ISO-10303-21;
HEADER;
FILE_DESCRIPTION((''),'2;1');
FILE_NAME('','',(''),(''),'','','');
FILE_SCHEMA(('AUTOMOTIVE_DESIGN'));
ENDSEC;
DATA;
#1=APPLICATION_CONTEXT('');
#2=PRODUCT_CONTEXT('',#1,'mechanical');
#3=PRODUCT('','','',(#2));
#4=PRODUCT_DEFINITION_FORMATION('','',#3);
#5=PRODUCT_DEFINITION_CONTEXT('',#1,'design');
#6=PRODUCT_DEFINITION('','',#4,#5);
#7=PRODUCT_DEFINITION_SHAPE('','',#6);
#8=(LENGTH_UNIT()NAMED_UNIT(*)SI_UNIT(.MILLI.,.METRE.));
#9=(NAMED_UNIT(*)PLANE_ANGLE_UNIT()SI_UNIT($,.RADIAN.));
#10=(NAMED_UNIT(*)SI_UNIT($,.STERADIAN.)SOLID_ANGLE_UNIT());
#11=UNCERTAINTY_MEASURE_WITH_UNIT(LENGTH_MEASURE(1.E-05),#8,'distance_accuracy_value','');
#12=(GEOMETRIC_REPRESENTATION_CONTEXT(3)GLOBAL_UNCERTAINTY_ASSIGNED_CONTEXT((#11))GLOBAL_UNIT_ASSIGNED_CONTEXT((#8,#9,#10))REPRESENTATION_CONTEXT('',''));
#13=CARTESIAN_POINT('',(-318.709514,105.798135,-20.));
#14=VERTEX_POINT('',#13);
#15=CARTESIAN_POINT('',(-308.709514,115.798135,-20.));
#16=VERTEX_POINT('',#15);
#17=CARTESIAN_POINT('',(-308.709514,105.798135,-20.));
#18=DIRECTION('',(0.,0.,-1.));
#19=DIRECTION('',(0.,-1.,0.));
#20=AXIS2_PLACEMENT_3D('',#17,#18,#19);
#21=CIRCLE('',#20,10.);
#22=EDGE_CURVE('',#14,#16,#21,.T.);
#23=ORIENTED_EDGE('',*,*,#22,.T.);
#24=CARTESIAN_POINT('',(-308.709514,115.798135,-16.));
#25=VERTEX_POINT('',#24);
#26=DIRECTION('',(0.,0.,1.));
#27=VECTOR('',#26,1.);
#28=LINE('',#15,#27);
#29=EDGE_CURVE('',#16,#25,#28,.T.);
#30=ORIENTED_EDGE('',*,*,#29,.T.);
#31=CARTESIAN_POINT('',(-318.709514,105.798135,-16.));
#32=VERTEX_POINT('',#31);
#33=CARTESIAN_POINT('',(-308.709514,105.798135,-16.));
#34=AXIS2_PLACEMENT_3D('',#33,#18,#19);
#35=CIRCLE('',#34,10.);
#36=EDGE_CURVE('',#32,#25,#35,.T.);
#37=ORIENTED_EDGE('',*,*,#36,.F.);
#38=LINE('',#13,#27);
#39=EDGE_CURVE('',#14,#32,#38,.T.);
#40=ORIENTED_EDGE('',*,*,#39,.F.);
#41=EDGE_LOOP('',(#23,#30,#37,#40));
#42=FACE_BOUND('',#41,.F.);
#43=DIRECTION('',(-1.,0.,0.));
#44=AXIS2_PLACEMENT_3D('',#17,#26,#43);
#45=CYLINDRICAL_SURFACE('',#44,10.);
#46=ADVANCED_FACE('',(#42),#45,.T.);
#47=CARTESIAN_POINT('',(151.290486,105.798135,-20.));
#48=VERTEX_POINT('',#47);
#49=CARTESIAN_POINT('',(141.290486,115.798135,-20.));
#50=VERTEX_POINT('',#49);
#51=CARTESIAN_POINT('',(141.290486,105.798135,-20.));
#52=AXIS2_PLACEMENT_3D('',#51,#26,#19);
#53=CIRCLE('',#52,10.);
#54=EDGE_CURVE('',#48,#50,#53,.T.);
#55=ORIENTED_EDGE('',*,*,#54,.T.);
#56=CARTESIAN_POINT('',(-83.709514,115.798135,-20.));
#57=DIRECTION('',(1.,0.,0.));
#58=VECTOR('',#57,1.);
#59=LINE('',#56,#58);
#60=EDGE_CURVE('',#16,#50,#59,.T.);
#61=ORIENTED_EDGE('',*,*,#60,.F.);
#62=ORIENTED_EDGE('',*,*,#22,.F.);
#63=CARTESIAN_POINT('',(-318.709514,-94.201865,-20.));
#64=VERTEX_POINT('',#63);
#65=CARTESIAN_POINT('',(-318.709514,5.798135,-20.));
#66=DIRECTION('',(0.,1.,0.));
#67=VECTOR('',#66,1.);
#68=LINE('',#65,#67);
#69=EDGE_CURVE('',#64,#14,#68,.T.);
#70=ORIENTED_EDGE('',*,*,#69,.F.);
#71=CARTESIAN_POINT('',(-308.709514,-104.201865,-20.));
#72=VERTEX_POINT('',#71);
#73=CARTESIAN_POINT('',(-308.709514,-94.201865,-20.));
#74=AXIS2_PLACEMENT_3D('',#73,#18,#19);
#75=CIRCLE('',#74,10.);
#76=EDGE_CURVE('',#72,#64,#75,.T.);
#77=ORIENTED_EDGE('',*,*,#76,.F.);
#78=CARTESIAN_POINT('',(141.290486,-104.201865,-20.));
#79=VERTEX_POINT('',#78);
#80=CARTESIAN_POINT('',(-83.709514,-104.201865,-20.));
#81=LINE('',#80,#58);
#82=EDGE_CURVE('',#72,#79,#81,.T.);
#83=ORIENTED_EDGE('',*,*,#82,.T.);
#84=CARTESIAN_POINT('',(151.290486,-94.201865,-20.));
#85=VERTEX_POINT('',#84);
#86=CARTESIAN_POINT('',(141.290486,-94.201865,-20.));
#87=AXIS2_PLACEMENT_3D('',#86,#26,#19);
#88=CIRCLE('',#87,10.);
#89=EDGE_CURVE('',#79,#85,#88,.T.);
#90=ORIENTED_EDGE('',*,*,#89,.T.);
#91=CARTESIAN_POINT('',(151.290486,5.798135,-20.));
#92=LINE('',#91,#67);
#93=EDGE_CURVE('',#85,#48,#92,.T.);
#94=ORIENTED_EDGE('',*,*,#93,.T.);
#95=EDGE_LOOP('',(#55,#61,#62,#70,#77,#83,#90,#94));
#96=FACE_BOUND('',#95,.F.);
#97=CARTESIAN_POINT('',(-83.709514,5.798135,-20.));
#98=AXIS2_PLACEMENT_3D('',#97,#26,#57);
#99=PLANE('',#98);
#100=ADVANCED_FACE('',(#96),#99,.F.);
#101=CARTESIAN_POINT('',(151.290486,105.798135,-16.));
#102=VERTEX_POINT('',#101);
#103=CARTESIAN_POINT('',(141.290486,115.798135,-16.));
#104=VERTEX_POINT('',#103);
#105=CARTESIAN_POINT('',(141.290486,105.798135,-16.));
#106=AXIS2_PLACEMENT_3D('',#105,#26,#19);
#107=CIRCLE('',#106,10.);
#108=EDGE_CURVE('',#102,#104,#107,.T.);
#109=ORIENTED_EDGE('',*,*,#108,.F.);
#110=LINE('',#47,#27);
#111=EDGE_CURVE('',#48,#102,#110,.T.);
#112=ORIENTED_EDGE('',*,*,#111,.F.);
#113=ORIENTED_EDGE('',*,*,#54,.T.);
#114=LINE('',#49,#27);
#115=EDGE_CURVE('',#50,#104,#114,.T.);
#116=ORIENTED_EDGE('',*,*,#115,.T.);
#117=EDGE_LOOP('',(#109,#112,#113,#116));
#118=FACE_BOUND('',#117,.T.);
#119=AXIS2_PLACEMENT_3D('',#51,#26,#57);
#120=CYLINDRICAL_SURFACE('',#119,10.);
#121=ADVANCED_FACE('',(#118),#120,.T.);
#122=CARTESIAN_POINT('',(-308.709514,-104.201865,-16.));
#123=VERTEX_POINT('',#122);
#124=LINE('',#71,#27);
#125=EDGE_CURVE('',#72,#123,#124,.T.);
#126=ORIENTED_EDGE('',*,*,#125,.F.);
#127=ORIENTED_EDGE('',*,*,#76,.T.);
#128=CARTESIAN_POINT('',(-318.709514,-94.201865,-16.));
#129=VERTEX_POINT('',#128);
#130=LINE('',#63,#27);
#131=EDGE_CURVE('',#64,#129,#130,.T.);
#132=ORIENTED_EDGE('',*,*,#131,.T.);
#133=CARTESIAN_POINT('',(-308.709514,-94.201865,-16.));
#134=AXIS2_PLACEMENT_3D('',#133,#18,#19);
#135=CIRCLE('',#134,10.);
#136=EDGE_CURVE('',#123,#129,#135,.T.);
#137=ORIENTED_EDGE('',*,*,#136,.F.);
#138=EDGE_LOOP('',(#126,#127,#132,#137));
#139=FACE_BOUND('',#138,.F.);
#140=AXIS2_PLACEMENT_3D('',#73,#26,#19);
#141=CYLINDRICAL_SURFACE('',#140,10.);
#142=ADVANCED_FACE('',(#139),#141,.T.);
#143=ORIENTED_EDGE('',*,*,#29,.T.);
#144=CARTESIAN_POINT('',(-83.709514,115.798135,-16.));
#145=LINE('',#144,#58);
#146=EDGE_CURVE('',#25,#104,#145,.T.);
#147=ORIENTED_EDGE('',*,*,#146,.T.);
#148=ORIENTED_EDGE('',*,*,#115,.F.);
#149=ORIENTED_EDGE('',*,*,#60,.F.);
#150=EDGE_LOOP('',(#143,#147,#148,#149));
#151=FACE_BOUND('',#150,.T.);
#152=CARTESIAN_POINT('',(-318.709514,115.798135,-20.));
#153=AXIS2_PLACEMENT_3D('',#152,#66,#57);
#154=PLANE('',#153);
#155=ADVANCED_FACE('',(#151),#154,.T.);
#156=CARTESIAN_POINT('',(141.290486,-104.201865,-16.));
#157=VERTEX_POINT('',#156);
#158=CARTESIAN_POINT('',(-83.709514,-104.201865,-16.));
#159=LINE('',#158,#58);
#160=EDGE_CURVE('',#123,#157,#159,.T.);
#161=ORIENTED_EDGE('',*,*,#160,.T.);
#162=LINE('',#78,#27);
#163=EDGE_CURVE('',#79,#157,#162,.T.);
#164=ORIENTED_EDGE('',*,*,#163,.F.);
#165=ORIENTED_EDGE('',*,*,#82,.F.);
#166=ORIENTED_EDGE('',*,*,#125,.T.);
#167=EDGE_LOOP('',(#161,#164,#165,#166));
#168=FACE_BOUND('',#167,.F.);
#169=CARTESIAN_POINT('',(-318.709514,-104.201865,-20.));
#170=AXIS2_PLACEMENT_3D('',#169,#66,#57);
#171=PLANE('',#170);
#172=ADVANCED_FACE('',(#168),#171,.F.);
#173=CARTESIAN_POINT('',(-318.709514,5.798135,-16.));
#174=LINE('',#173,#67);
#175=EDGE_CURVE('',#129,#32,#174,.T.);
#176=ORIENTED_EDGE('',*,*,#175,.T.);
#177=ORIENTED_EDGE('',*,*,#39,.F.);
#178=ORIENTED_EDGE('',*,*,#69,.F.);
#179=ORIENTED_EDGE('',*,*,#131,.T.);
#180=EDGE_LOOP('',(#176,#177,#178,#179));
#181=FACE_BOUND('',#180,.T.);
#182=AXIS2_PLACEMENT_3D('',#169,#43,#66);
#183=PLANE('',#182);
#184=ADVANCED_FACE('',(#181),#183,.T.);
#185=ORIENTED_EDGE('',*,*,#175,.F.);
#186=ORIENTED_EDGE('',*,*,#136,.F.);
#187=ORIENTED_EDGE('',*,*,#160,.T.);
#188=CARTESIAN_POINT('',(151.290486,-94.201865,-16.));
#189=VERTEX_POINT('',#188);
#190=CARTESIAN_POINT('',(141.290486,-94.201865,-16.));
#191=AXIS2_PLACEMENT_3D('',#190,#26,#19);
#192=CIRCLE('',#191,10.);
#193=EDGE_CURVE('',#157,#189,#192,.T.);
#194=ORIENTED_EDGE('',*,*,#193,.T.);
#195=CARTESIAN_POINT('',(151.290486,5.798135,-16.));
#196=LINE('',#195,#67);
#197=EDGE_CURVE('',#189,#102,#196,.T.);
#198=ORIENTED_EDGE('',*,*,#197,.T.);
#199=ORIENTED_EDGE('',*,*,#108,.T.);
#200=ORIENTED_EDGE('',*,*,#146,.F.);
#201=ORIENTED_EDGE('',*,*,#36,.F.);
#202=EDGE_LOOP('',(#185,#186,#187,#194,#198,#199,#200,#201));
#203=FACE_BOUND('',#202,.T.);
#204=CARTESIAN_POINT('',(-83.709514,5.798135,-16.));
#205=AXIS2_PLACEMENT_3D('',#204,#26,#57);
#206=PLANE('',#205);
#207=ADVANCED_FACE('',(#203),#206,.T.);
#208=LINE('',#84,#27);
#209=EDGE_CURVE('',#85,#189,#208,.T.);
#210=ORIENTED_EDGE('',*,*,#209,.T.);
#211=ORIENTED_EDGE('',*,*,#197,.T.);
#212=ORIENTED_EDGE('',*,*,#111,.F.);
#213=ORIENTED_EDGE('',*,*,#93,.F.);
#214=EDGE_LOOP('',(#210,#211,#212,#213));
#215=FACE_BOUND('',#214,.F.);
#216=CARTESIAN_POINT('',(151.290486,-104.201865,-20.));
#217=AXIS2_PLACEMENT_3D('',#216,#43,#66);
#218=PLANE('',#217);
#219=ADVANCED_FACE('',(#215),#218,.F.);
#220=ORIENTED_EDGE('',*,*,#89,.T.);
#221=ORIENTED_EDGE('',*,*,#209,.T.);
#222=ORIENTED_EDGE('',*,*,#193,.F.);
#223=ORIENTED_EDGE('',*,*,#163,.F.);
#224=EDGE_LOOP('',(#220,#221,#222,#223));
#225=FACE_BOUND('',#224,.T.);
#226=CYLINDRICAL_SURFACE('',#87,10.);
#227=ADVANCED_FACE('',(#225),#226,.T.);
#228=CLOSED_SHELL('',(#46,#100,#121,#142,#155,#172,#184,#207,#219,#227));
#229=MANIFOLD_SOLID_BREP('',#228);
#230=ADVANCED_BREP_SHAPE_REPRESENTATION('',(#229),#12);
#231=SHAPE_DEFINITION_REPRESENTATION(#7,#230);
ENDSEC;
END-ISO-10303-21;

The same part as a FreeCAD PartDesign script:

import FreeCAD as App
import Part
import Sketcher
from FreeCAD import Vector


def edges_at(feature, points):
    """Names of the edges that pass closest to the given points."""
    edges = feature.Shape.Edges
    near = lambda p: min(range(len(edges)), key=lambda i: edges[i].distToShape(Part.Vertex(*p))[0])
    return sorted({f"Edge{near(p) + 1}" for p in points})


def add_polygon(sketch, points):
    """Adds a closed chain of lines whose ends are joined by coincident constraints."""
    first, n = sketch.GeometryCount, len(points)
    for a, b in zip(points, points[1:] + points[:1]):
        sketch.addGeometry(Part.LineSegment(App.Vector(*a, 0), App.Vector(*b, 0)), False)
    for i in range(n):
        sketch.addConstraint(Sketcher.Constraint("Coincident", first + i, 2, first + (i + 1) % n, 1))

doc = App.newDocument("Part")
body = doc.addObject("PartDesign::Body", "Body")

# Sketch on XY plane
sketch1 = body.newObject("Sketcher::SketchObject", "Sketch")
sketch1.AttachmentSupport = (doc.getObject("XY_Plane"), [""])
sketch1.MapMode = "FlatFace"
add_polygon(sketch1, [(-122, 116), (-122, -104), (348, -104), (348, 116)])  # lines 0-3
sketch1.addConstraint(Sketcher.Constraint("Vertical", 0))
sketch1.addConstraint(Sketcher.Constraint("Horizontal", 1))
sketch1.addConstraint(Sketcher.Constraint("Vertical", 2))
sketch1.addConstraint(Sketcher.Constraint("Horizontal", 3))
sketch1.addConstraint(Sketcher.Constraint("DistanceX", 1, 1, 1, 2, 470.0))
sketch1.addConstraint(Sketcher.Constraint("DistanceY", 0, 2, 0, 1, 220.0))
sketch1.addConstraint(Sketcher.Constraint("DistanceX", 0, 2, -1, 1, 121.709514))
sketch1.addConstraint(Sketcher.Constraint("DistanceY", 0, 2, -1, 1, 103.701865))
pad1 = body.newObject("PartDesign::Pad", "Pad")
pad1.Profile = sketch1
pad1.Length = 4
doc.recompute()

fillet = body.newObject("PartDesign::Fillet", "Fillet")
fillet.Base = (pad1, edges_at(pad1, [(348.29, -103.702, 2)]))
fillet.Radius = 10
doc.recompute()

fillet2 = body.newObject("PartDesign::Fillet", "Fillet001")
fillet2.Base = (fillet, edges_at(fillet, [(348.29, 116.298, 2)]))
fillet2.Radius = 10
doc.recompute()

fillet3 = body.newObject("PartDesign::Fillet", "Fillet002")
fillet3.Base = (fillet2, edges_at(fillet2, [(-121.71, -103.702, 2)]))
fillet3.Radius = 10
doc.recompute()

fillet4 = body.newObject("PartDesign::Fillet", "Fillet003")
fillet4.Base = (fillet3, edges_at(fillet3, [(-121.71, 116.298, 2)]))
fillet4.Radius = 10
body2 = doc.addObject("PartDesign::Body", "Body001")
doc.recompute()

body.Placement = App.Placement(Vector(-197, -0.5, -20), App.Rotation(Vector(0, 0, 1), 0))
boolean = body2.newObject("PartDesign::Boolean", "Boolean")
boolean.Type = "Fuse"
boolean.addObjects([body])

doc.recompute()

= = = =

- Aim of the exercise
Could you return exactly the lines above from the line with "#35=CIRCLE('',#34,10.);" to the line with "#75=CIRCLE('',#74,10.);", both included, and nothing else?

- Task response
#35=CIRCLE('',#34,10.);
#36=EDGE_CURVE('',#32,#25,#35,.T.);
#37=ORIENTED_EDGE('',*,*,#36,.F.);
#38=LINE('',#13,#27);
#39=EDGE_CURVE('',#14,#32,#38,.T.);
#40=ORIENTED_EDGE('',*,*,#39,.F.);
#41=EDGE_LOOP('',(#23,#30,#37,#40));
#42=FACE_BOUND('',#41,.F.);
#43=DIRECTION('',(-1.,0.,0.));
#44=AXIS2_PLACEMENT_3D('',#17,#26,#43);
#45=CYLINDRICAL_SURFACE('',#44,10.);
#46=ADVANCED_FACE('',(#42),#45,.T.);
#47=CARTESIAN_POINT('',(151.290486,105.798135,-20.));
#48=VERTEX_POINT('',#47);
#49=CARTESIAN_POINT('',(141.290486,115.798135,-20.));
#50=VERTEX_POINT('',#49);
#51=CARTESIAN_POINT('',(141.290486,105.798135,-20.));
#52=AXIS2_PLACEMENT_3D('',#51,#26,#19);
#53=CIRCLE('',#52,10.);
#54=EDGE_CURVE('',#48,#50,#53,.T.);
#55=ORIENTED_EDGE('',*,*,#54,.T.);
#56=CARTESIAN_POINT('',(-83.709514,115.798135,-20.));
#57=DIRECTION('',(1.,0.,0.));
#58=VECTOR('',#57,1.);
#59=LINE('',#56,#58);
#60=EDGE_CURVE('',#16,#50,#59,.T.);
#61=ORIENTED_EDGE('',*,*,#60,.F.);
#62=ORIENTED_EDGE('',*,*,#22,.F.);
#63=CARTESIAN_POINT('',(-318.709514,-94.201865,-20.));
#64=VERTEX_POINT('',#63);
#65=CARTESIAN_POINT('',(-318.709514,5.798135,-20.));
#66=DIRECTION('',(0.,1.,0.));
#67=VECTOR('',#66,1.);
#68=LINE('',#65,#67);
#69=EDGE_CURVE('',#64,#14,#68,.T.);
#70=ORIENTED_EDGE('',*,*,#69,.F.);
#71=CARTESIAN_POINT('',(-308.709514,-104.201865,-20.));
#72=VERTEX_POINT('',#71);
#73=CARTESIAN_POINT('',(-308.709514,-94.201865,-20.));
#74=AXIS2_PLACEMENT_3D('',#73,#18,#19);
#75=CIRCLE('',#74,10.);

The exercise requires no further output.